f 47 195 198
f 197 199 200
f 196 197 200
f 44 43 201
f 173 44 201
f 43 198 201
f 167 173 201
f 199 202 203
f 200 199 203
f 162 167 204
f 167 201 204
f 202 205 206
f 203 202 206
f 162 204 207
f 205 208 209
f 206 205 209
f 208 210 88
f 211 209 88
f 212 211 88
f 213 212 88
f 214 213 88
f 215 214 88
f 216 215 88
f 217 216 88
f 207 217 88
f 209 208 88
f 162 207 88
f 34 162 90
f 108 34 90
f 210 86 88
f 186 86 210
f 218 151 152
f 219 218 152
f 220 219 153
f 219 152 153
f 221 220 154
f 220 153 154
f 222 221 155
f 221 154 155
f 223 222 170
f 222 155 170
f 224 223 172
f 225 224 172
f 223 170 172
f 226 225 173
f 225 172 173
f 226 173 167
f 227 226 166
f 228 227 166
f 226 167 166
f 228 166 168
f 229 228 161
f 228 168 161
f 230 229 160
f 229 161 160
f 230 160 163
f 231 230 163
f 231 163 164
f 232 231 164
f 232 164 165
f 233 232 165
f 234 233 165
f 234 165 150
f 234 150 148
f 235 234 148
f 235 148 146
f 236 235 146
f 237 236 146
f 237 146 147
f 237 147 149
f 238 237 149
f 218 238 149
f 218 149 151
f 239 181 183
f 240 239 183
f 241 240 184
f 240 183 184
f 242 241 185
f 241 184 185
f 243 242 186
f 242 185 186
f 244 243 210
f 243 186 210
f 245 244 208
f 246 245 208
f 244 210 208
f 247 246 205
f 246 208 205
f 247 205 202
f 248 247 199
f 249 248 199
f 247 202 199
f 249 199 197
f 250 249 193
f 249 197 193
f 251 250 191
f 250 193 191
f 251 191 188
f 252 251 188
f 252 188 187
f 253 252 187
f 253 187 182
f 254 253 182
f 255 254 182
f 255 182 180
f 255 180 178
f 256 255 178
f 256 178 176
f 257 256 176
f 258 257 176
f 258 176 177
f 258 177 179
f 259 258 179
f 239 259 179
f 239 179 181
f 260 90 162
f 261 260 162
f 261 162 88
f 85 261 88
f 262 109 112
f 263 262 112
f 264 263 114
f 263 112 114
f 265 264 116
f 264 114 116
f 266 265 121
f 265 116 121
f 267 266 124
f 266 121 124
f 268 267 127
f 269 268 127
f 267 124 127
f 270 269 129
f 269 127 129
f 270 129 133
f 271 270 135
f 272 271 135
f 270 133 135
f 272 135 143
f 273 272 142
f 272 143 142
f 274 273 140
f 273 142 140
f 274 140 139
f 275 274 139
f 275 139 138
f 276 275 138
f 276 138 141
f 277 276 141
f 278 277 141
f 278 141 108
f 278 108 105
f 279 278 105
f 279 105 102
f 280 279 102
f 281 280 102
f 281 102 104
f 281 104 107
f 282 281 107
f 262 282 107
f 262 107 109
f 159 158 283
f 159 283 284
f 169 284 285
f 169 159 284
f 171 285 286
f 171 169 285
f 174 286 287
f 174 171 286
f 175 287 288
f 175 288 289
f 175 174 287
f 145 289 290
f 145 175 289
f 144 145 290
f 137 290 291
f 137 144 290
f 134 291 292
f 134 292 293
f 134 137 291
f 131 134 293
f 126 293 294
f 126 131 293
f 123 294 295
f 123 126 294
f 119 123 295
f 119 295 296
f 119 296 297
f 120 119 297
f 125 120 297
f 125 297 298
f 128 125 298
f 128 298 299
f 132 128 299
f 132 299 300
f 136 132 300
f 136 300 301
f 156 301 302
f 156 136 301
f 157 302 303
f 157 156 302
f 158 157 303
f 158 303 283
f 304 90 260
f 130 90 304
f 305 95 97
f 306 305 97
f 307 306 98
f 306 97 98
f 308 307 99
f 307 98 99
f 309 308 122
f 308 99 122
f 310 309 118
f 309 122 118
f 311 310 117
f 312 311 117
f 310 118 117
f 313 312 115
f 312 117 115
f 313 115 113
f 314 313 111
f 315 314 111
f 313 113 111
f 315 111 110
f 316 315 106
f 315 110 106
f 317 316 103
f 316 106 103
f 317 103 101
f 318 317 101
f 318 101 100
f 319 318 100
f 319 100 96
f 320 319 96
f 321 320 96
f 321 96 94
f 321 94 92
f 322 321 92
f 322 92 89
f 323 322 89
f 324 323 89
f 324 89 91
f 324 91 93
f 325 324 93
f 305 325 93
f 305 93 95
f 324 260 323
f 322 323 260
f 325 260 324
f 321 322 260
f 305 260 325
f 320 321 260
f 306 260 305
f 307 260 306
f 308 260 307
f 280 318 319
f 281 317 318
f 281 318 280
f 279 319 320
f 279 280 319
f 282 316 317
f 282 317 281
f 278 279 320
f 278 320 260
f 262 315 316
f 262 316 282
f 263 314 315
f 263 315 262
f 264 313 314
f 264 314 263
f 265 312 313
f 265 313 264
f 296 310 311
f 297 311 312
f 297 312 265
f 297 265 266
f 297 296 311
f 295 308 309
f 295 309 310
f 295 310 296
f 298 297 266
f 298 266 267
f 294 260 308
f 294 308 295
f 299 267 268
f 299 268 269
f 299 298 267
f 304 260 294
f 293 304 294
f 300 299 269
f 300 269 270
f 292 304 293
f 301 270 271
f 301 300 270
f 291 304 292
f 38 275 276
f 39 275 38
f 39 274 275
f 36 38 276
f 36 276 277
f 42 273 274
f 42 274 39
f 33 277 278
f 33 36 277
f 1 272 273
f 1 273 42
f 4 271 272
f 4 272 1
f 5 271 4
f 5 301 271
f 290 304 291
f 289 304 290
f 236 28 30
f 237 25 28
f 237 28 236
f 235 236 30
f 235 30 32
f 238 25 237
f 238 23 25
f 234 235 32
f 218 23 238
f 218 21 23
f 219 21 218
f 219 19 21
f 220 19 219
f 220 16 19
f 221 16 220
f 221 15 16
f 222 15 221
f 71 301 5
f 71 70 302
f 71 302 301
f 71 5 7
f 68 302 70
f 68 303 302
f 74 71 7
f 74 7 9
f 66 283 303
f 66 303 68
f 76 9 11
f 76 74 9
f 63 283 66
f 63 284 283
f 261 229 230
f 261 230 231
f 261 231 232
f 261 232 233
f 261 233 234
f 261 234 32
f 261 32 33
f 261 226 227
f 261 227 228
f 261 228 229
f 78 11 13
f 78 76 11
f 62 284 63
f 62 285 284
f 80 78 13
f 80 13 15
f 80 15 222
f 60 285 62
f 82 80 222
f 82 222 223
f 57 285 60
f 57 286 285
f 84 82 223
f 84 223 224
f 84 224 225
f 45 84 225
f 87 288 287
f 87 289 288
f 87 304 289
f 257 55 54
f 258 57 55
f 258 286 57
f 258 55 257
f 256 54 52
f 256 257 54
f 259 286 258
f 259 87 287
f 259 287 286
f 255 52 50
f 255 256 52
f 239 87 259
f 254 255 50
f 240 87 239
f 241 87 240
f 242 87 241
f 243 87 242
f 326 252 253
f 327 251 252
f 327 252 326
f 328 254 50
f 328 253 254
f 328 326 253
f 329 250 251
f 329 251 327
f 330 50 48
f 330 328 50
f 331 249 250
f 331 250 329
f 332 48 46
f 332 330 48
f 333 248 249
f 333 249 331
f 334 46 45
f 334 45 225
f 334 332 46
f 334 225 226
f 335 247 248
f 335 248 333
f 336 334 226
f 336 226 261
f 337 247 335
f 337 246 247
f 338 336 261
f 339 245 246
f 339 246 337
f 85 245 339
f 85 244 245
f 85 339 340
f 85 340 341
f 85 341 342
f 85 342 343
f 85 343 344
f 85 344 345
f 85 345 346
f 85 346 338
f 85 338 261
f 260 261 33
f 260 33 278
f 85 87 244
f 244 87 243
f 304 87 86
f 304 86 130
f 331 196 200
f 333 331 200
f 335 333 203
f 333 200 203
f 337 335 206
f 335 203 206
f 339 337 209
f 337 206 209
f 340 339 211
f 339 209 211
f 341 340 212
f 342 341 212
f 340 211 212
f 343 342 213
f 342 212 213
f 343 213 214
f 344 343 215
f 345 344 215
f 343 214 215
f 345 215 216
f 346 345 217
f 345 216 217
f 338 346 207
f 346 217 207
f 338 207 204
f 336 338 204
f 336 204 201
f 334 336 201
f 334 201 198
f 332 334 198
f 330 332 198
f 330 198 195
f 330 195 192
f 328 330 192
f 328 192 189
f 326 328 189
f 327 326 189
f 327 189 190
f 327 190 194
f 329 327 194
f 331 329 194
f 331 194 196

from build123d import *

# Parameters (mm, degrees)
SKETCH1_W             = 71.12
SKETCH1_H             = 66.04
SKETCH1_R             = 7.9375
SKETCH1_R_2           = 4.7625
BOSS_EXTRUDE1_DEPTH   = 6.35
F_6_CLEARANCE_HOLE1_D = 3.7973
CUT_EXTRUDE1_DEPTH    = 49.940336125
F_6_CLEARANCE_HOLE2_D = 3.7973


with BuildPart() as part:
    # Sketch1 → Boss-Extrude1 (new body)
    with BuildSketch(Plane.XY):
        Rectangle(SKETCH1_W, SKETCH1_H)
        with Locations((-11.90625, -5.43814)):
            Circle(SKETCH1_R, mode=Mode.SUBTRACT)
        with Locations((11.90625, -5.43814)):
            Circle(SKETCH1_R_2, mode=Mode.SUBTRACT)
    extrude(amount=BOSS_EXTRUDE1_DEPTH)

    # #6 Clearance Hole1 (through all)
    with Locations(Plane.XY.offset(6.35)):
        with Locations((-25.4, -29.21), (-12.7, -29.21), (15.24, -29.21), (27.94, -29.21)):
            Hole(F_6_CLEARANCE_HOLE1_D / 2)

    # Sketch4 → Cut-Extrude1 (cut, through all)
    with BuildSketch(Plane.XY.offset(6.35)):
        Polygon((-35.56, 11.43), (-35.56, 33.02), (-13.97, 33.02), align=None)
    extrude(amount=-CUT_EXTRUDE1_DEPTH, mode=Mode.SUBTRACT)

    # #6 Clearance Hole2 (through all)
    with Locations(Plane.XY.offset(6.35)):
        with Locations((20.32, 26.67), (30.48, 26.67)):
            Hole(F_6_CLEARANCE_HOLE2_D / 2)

============

### [PROBLEM DETAILS]
The answer should consist of all lines from the records above that hold the word "mode".

### [PROBLEM SOLUTION]
            Circle(SKETCH1_R, mode=Mode.SUBTRACT)
            Circle(SKETCH1_R_2, mode=Mode.SUBTRACT)
    extrude(amount=-CUT_EXTRUDE1_DEPTH, mode=Mode.SUBTRACT)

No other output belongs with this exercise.